--- Listed records ---
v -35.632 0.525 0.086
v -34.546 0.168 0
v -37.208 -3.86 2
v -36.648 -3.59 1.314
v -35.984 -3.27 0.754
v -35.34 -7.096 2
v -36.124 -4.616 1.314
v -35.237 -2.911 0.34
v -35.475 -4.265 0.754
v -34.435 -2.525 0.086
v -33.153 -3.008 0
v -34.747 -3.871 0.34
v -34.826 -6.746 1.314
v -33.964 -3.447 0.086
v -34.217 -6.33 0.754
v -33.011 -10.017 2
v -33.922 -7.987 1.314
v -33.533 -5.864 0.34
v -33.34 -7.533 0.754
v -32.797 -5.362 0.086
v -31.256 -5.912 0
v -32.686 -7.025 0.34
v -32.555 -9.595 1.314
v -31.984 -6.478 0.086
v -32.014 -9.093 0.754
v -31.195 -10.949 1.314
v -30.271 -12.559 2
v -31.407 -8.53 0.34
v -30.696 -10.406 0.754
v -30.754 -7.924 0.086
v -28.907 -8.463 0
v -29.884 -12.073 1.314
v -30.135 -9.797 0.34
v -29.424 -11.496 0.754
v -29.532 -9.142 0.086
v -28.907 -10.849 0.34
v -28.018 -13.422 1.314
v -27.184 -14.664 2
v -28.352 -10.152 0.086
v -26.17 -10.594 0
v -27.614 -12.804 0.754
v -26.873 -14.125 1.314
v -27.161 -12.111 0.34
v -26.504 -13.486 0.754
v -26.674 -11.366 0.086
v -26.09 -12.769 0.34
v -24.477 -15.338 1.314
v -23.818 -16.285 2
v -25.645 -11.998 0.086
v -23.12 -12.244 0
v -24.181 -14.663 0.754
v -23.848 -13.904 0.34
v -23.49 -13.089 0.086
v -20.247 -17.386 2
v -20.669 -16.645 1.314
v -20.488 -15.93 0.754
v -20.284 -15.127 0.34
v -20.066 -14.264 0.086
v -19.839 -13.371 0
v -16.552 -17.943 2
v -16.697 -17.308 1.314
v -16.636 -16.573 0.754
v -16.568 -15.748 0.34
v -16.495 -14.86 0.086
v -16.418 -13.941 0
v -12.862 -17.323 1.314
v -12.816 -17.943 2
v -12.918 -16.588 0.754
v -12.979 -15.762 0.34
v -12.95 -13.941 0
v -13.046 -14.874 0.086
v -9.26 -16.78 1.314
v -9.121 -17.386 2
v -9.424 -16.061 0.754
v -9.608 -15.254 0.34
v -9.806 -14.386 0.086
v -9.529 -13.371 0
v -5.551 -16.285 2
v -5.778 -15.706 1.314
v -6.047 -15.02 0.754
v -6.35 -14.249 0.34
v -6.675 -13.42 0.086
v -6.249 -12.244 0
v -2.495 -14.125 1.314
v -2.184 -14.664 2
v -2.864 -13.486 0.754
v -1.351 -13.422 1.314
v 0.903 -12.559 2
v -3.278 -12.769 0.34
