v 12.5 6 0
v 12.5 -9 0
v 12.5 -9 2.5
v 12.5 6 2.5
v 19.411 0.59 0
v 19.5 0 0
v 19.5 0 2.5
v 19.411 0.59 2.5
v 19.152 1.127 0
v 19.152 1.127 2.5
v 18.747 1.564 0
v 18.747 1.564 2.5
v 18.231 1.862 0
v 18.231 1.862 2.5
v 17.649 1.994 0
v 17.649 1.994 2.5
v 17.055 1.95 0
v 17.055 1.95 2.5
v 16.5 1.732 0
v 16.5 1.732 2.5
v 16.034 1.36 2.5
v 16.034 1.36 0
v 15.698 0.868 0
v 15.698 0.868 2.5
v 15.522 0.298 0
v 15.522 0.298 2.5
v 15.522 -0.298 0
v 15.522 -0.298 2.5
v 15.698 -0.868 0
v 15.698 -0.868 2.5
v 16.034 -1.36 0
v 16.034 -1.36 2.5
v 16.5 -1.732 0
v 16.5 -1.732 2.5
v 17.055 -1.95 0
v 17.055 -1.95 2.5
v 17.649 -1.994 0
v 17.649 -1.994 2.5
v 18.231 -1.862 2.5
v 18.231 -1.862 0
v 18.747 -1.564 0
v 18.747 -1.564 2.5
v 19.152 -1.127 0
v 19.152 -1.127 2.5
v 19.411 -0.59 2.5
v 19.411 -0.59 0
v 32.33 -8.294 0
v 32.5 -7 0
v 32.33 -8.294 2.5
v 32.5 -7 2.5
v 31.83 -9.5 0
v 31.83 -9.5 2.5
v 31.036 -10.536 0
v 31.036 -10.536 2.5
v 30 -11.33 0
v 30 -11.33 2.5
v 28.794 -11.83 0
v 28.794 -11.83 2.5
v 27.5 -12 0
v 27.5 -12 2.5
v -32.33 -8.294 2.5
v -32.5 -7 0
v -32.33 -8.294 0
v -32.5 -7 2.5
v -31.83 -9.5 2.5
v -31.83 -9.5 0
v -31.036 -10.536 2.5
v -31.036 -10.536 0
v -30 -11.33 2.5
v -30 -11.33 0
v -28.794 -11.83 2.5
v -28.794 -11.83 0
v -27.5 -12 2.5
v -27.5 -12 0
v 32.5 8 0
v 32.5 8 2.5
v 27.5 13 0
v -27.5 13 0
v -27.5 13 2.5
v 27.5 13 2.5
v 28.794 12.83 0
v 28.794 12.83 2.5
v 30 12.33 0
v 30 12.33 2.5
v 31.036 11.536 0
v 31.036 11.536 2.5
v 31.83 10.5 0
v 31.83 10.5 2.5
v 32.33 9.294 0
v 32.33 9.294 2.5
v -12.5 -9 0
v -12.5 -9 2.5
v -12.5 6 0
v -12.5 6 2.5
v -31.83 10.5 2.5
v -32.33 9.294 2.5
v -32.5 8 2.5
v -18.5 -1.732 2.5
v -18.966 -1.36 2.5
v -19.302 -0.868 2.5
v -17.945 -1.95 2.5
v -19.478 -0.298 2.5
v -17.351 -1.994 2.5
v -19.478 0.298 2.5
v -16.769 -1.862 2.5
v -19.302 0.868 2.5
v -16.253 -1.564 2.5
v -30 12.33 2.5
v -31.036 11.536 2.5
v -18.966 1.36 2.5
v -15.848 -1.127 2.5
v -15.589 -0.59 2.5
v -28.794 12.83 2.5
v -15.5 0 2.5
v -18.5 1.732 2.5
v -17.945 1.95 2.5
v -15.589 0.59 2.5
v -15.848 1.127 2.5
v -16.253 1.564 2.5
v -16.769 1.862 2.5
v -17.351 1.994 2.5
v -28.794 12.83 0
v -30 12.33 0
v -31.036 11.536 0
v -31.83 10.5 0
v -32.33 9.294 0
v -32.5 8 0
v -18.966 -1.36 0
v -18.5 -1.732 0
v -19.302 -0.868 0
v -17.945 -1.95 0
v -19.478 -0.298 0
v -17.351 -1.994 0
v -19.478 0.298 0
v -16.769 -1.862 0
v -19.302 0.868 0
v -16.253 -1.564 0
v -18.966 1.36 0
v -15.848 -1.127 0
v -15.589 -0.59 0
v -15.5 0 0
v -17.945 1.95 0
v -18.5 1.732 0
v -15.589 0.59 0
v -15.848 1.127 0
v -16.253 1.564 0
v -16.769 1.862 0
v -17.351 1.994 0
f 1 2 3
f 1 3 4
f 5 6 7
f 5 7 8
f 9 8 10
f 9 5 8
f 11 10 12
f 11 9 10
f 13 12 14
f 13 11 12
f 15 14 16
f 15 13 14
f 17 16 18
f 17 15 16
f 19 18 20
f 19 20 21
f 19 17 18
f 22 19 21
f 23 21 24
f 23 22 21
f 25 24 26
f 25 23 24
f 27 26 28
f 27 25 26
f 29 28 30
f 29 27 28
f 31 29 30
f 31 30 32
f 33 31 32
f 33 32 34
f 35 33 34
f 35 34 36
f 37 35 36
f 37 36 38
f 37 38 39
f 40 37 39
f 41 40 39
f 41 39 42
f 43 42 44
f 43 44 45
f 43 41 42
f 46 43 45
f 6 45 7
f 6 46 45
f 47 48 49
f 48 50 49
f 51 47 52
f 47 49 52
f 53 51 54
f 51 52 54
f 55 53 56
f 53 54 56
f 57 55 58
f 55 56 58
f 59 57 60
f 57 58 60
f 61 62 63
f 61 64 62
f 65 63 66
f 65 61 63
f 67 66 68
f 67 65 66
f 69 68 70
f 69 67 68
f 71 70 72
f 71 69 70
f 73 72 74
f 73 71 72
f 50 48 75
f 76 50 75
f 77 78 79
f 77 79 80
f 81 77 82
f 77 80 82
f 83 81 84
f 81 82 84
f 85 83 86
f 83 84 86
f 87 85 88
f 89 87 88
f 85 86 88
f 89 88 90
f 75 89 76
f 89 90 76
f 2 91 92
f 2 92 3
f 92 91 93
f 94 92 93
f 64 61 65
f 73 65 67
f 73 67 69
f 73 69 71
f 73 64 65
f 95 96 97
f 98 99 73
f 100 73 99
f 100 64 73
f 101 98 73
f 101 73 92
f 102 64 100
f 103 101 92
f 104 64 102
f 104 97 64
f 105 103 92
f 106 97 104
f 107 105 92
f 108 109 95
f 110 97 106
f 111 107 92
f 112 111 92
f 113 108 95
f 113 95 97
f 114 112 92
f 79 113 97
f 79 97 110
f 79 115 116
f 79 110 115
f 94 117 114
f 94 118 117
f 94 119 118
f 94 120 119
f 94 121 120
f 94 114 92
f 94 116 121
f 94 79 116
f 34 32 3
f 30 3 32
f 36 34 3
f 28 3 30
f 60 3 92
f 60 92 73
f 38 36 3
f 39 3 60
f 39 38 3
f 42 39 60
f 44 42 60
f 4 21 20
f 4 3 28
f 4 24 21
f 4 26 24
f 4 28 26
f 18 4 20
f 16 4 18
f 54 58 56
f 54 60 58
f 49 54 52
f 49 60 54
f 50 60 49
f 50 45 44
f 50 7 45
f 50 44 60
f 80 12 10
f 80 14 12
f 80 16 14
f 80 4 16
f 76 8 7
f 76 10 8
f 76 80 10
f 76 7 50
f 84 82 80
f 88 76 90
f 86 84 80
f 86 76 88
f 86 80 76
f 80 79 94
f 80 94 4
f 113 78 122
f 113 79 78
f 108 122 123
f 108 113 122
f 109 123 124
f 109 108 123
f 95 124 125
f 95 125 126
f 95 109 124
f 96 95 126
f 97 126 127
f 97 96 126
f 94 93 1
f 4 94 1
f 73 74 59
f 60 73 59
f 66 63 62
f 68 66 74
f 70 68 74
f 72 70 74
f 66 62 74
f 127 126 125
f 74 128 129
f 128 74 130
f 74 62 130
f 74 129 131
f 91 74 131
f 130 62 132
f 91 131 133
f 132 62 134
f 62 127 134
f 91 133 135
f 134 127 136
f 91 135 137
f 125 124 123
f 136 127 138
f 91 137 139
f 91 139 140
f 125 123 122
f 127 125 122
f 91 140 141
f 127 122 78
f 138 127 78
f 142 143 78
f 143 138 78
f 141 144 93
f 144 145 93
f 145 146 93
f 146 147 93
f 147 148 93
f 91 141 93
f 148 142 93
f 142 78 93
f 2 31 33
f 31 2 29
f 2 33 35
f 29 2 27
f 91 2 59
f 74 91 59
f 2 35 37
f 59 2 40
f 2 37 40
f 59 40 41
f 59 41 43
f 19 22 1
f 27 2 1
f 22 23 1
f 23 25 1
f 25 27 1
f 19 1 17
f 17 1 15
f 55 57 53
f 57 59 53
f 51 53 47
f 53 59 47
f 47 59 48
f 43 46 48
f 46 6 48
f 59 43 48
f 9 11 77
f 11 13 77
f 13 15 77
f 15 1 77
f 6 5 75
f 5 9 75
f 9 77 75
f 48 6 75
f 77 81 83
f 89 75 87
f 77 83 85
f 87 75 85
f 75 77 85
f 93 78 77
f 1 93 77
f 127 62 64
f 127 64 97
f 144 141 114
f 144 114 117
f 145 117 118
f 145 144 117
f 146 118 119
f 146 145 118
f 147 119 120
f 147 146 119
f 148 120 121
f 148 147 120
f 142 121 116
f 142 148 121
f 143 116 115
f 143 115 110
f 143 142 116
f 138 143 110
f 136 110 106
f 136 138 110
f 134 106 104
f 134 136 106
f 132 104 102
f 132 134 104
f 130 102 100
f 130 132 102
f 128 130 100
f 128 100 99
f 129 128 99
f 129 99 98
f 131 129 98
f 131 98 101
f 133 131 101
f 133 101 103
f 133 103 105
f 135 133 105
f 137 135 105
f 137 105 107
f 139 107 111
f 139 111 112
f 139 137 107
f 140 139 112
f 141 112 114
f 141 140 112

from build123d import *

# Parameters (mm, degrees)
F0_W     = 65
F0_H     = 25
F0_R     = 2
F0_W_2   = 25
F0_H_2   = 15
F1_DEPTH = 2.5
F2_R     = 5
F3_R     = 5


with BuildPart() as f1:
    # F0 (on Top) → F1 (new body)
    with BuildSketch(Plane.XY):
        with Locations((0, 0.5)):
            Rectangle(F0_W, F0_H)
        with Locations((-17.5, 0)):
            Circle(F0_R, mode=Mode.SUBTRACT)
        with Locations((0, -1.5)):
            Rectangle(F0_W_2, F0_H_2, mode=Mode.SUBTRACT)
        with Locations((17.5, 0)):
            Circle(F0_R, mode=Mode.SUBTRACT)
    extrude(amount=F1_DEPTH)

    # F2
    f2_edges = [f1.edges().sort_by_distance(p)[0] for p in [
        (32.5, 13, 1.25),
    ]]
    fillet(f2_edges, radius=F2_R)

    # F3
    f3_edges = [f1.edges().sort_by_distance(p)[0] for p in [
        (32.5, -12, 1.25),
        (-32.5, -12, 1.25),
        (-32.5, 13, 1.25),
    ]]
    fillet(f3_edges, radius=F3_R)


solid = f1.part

--

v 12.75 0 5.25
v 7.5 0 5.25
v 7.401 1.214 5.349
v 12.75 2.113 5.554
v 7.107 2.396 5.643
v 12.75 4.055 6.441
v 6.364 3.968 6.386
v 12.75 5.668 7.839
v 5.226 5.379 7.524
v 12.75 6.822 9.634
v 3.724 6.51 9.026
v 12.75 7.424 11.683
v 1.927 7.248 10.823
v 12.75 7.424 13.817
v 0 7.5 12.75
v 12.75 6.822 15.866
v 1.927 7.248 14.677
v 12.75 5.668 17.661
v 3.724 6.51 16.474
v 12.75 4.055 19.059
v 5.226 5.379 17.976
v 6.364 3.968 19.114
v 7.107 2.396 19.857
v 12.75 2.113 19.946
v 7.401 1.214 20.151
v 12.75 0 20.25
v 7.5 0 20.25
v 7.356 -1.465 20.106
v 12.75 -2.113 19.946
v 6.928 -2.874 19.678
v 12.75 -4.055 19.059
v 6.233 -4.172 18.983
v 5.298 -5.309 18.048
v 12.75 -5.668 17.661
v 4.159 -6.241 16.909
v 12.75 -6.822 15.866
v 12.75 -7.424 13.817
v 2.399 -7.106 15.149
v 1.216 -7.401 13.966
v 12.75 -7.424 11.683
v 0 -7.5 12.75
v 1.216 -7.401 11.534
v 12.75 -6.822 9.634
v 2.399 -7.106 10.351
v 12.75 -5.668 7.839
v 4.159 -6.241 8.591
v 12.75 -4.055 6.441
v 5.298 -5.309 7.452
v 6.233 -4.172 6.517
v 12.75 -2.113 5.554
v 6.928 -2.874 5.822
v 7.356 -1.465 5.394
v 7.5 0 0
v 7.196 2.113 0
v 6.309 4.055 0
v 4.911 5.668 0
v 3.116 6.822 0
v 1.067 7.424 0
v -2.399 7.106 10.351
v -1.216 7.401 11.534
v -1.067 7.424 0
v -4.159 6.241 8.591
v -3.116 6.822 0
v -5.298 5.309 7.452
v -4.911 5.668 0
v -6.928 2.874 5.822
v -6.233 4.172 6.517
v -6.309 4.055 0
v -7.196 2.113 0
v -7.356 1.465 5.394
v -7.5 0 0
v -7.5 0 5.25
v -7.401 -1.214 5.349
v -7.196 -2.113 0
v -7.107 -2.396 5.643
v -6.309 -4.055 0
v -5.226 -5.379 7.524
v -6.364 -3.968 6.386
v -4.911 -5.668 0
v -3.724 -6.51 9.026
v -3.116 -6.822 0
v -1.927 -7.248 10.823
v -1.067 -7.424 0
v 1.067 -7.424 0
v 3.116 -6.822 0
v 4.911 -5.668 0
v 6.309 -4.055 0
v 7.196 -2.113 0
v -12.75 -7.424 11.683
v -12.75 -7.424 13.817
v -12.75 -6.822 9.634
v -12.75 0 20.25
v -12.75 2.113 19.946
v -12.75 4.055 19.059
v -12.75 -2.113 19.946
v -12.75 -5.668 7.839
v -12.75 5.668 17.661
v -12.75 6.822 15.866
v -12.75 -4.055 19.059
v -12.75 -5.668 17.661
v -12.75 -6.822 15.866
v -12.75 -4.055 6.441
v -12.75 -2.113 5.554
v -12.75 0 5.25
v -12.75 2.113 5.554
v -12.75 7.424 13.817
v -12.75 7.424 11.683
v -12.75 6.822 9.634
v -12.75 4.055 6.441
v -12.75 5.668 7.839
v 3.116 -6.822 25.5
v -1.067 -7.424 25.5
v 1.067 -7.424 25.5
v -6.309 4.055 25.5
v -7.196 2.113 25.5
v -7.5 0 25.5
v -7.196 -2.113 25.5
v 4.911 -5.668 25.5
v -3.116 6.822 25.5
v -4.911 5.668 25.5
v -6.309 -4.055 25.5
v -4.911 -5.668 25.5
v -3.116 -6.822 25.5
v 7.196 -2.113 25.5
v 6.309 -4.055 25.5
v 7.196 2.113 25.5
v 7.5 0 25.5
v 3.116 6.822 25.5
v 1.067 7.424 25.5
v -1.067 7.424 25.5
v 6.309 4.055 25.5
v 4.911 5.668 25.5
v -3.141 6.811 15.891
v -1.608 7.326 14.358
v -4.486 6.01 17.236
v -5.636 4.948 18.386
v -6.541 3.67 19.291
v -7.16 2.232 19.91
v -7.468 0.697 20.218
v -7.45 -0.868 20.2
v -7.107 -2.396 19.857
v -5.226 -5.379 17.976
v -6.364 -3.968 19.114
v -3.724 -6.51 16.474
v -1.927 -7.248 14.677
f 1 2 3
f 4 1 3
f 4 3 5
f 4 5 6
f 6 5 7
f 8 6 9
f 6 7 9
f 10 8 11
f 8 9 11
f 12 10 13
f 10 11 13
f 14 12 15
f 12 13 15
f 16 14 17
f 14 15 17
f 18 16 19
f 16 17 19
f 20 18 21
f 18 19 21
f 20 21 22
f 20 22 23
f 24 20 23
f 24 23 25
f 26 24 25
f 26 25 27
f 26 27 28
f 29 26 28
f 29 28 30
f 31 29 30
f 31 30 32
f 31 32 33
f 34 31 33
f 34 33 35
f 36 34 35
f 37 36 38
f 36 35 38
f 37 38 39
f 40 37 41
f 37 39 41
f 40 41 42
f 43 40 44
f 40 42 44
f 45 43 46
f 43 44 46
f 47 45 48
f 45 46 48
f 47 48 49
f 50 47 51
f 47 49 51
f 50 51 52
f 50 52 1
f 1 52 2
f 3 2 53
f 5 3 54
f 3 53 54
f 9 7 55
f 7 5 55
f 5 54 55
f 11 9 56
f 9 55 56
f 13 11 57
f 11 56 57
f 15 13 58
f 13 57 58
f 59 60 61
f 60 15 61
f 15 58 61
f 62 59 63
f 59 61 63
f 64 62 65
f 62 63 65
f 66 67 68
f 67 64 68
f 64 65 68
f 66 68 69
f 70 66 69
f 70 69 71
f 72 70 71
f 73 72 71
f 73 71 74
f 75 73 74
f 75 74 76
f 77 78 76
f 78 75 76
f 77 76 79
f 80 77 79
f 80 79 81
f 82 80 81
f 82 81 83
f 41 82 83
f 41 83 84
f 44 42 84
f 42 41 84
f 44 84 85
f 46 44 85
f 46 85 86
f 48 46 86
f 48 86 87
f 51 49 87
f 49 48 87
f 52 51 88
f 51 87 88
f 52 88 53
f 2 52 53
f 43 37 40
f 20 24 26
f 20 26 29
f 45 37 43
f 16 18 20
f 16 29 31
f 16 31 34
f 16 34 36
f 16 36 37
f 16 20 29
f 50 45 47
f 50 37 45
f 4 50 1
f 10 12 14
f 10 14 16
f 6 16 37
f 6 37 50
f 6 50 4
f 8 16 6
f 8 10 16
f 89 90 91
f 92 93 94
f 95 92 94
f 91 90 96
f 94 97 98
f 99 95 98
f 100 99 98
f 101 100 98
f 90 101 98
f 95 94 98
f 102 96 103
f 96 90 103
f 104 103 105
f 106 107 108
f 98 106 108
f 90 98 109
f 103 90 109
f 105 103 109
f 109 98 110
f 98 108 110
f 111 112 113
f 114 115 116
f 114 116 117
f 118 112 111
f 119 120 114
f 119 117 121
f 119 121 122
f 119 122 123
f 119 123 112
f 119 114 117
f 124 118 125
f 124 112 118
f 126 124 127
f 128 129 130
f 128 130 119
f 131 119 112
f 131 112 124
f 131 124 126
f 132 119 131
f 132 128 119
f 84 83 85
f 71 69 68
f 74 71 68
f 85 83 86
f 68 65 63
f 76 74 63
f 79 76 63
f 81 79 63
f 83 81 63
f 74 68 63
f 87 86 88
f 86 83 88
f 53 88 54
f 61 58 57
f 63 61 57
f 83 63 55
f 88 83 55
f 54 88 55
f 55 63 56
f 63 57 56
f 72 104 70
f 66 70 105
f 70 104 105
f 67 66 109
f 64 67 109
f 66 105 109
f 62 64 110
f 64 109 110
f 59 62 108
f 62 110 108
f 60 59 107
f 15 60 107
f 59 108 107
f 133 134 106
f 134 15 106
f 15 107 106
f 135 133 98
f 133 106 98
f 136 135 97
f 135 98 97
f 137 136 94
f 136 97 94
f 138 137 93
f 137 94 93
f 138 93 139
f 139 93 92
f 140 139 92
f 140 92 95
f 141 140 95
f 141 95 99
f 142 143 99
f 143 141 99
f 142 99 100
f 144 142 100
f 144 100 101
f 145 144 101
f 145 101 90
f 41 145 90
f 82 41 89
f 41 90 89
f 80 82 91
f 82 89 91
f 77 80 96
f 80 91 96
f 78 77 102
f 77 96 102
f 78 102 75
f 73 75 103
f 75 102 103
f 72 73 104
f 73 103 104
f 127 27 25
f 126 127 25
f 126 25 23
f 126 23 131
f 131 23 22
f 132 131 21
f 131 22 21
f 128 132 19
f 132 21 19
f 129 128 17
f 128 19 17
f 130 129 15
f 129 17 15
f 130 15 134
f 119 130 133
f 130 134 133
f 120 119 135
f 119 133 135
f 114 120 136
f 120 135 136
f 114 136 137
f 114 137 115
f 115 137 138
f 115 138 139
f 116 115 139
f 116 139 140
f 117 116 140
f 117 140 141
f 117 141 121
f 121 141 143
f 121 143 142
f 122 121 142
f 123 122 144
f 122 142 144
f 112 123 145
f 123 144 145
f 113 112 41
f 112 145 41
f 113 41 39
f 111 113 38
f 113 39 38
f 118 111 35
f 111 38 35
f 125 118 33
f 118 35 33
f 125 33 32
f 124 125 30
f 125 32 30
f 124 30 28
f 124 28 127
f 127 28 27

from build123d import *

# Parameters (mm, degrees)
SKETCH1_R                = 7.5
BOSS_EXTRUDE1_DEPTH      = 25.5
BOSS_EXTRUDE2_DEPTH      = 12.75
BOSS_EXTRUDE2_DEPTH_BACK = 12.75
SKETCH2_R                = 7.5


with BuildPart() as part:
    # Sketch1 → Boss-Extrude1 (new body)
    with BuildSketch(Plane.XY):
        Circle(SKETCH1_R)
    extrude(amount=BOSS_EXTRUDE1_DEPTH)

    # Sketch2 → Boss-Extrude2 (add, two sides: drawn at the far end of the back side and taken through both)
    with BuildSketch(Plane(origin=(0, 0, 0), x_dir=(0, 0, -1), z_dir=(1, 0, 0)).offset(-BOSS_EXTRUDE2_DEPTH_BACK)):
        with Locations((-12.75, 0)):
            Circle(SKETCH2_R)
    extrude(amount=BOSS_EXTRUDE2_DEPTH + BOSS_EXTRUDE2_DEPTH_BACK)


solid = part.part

--- Your instructions ---
Your answer should consist solely of the lines above from the line with "v -35.632 0.525 0.086" to the line with "v -30.135 -9.797 0.34", both included, reproduced exactly.

--- Written response ---
v -35.632 0.525 0.086
v -34.546 0.168 0
v -37.208 -3.86 2
v -36.648 -3.59 1.314
v -35.984 -3.27 0.754
v -35.34 -7.096 2
v -36.124 -4.616 1.314
v -35.237 -2.911 0.34
v -35.475 -4.265 0.754
v -34.435 -2.525 0.086
v -33.153 -3.008 0
v -34.747 -3.871 0.34
v -34.826 -6.746 1.314
v -33.964 -3.447 0.086
v -34.217 -6.33 0.754
v -33.011 -10.017 2
v -33.922 -7.987 1.314
v -33.533 -5.864 0.34
v -33.34 -7.533 0.754
v -32.797 -5.362 0.086
v -31.256 -5.912 0
v -32.686 -7.025 0.34
v -32.555 -9.595 1.314
v -31.984 -6.478 0.086
v -32.014 -9.093 0.754
v -31.195 -10.949 1.314
v -30.271 -12.559 2
v -31.407 -8.53 0.34
v -30.696 -10.406 0.754
v -30.754 -7.924 0.086
v -28.907 -8.463 0
v -29.884 -12.073 1.314
v -30.135 -9.797 0.34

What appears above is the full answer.